I had an ulterior motive for pushing the surgery. I was waiting on some Escozul (treatment used in Cuba). I began taking it about 2 weeks before the surgery.

April 2008 - Going Under the Knife
July 15th, 2011

Two weeks before my surgery I cut my hair short. If I had to go through chemo I wanted to gradually shorten my hair so that if it all fell out it wouldn't be too shocking for me.

On April 19th, my sister, a couple of friends and I went out for a pre-surgery celebration.

After my diagnosis I was determined to do everything (natural) I could possibly do.  I became vegan which seemed to be a logical choice when I had already committed to being vegetarian, but I found the diet too strict and difficult to maintain.  I remained a vegetarian, but gradually introduced small amounts of (organic, hormone-free) dairy back into my diet.  I also began drinking freshly made organic juices that consisted of carrots, beets, broccoli, and oranges daily. I couldn’t control cancer, but I could control every single thing I put into my body.

On Friday, April 25th (a day I'll never forget) I went in for surgery. It was a success. The surgeon removed a larger area around the tumor to ensure that we had clean margins (if they weren't I'd have to go back for an additional surgery). Tests of the surrounding areas were negative which meant I wouldn't have to go back. I went home with a drain below my right arm and limited movement. I took the following week off from work and allowed myself to recover.

My Medical Records

Although I’m sharing my medical records with you, I ask that you do NOT do the same for privacy reasons. I went though and made sure that any sensitive information was removed before I did so.
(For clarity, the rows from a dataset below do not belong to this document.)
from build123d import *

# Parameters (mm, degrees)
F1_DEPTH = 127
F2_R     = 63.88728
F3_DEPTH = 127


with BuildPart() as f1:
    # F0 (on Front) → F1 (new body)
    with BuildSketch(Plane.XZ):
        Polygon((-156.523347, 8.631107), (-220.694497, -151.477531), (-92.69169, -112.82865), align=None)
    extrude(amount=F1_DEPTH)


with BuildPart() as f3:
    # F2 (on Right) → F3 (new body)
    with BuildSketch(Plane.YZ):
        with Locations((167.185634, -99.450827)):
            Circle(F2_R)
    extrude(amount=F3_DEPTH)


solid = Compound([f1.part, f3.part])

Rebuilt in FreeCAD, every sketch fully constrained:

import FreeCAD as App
import Part
import Sketcher
from FreeCAD import Vector
Q = App.Units.Quantity


def add_polygon(sketch, points):
    """Adds a closed chain of lines whose ends are joined by coincident constraints."""
    first, n = sketch.GeometryCount, len(points)
    for a, b in zip(points, points[1:] + points[:1]):
        sketch.addGeometry(Part.LineSegment(App.Vector(*a, 0), App.Vector(*b, 0)), False)
    for i in range(n):
        sketch.addConstraint(Sketcher.Constraint("Coincident", first + i, 2, first + (i + 1) % n, 1))

doc = App.newDocument("Part")
body = doc.addObject("PartDesign::Body", "Body")

# Sketch on XZ plane
sketch1 = body.newObject("Sketcher::SketchObject", "Sketch")
sketch1.AttachmentSupport = (doc.getObject("XZ_Plane"), [""])
sketch1.MapMode = "FlatFace"
add_polygon(sketch1, [(-157, 9), (-221, -151), (-93, -113)])  # lines 0-2
sketch1.addConstraint(Sketcher.Constraint("Distance", 1, 133.710338))
sketch1.addConstraint(Sketcher.Constraint("DistanceY", 0, 2, -1, 1, 151.477531))
sketch1.addConstraint(Sketcher.Constraint("DistanceX", 1, 2, -1, 1, 92.69169))
sketch1.addConstraint(Sketcher.Constraint("DistanceY", 1, 2, -1, 1, 112.82865))
sketch1.addConstraint(Sketcher.Constraint("DistanceX", 0, 2, 2, 2, 64.17115))
sketch1.addConstraint(Sketcher.Constraint("Distance", 0, 172.489746))
pad1 = body.newObject("PartDesign::Pad", "Pad")
pad1.Profile = sketch1
pad1.Length = Q("5 in")
body2 = doc.addObject("PartDesign::Body", "Body001")

# Sketch on YZ plane
sketch2 = body2.newObject("Sketcher::SketchObject", "Sketch001")
sketch2.AttachmentSupport = (doc.getObject("YZ_Plane001"), [""])
sketch2.MapMode = "FlatFace"
sketch2.addGeometry(Part.Circle(Vector(167, -99, 0), Vector(0, 0, 1), 64), False)
sketch2.addConstraint(Sketcher.Constraint("Diameter", 0, 127.77456))
sketch2.addConstraint(Sketcher.Constraint("DistanceX", -1, 1, 0, 3, 167.185634))
sketch2.addConstraint(Sketcher.Constraint("DistanceY", 0, 3, -1, 1, 99.450827))
pad2 = body2.newObject("PartDesign::Pad", "Pad001")
pad2.Profile = sketch2
pad2.Length = Q("5 in")

doc.recompute()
Why would I want to share this? I’m sharing this information because it’s part of my story, and there is power in stories.  If you’re life has been touched by cancer – whether you or someone you love has been diagnosed - you can learn from my (and others) experience. Perhaps reading my biopsy or pathology report will make it just a bit less scary for you. Maybe you’ll feel more confident approaching your oncologist about treatment options when you’ve read the results of someone else who went through what’s happening to you right now.  Whatever the case, my intention is to be a resource and share what I’ve learned.

So here it is:

May 2008—An Oncologist Visit and Egg Harvesting
July 15th, 2011

After a week of recovery I went for a follow up and had the drain removed. We went over the results and it was confirmed that everything had gone well. The tumor removed measured 2cm -  half the size of what was originally detected.  In addition, 21 lymph nodes were removed from my arm pit, three of which were positive.

We talked next steps and I was put in touch with an oncologist, to map out the chemo and radiation schedule.

From the beginning I was very much against chemo and radiation. Just because it was the standard protocol it didn't mean it was right for me. Regardless, I was being pushed by my family and friends to do it, so I set up an appointment.

I met the oncologist and went over the plan which included chemo followed by radiation. The oncologist asked me to stop taking all vitamins and supplements  as they could interfere with treatment.. She also explained I needed a port, my veins wouldn't be able to take everything that was coming. I wasn't happy about any of this, but I complied.

An EKG was next to make sure my heart was going to be able to handle the treatment.

In addition, we went over preserving some of my eggs. One of the side effects of chemo and radiation was the chance that I could become infertile and I needed to decide now if this was something I wanted to do.. We concluded our consultation with a tour of the treatment area which included semi-private rooms outfitted with comfy looking recliners, a TV and DVD players. The chemo sessions were 4 hours each and this arrangement would help pass the time. I scheduled my sessions to begin after the fourth of July.

As suggested, I scheduled an appointment with a fertility doctor in NYC. It was quite a process, requiring lots of visits and injecting myself. I went through two rounds of the process over the course of two months. The large fibroid made it a painful retrieval process. In the end I have five viable eggs frozen somewhere should I ever need them. Not many but at least they provide hope and possibilities.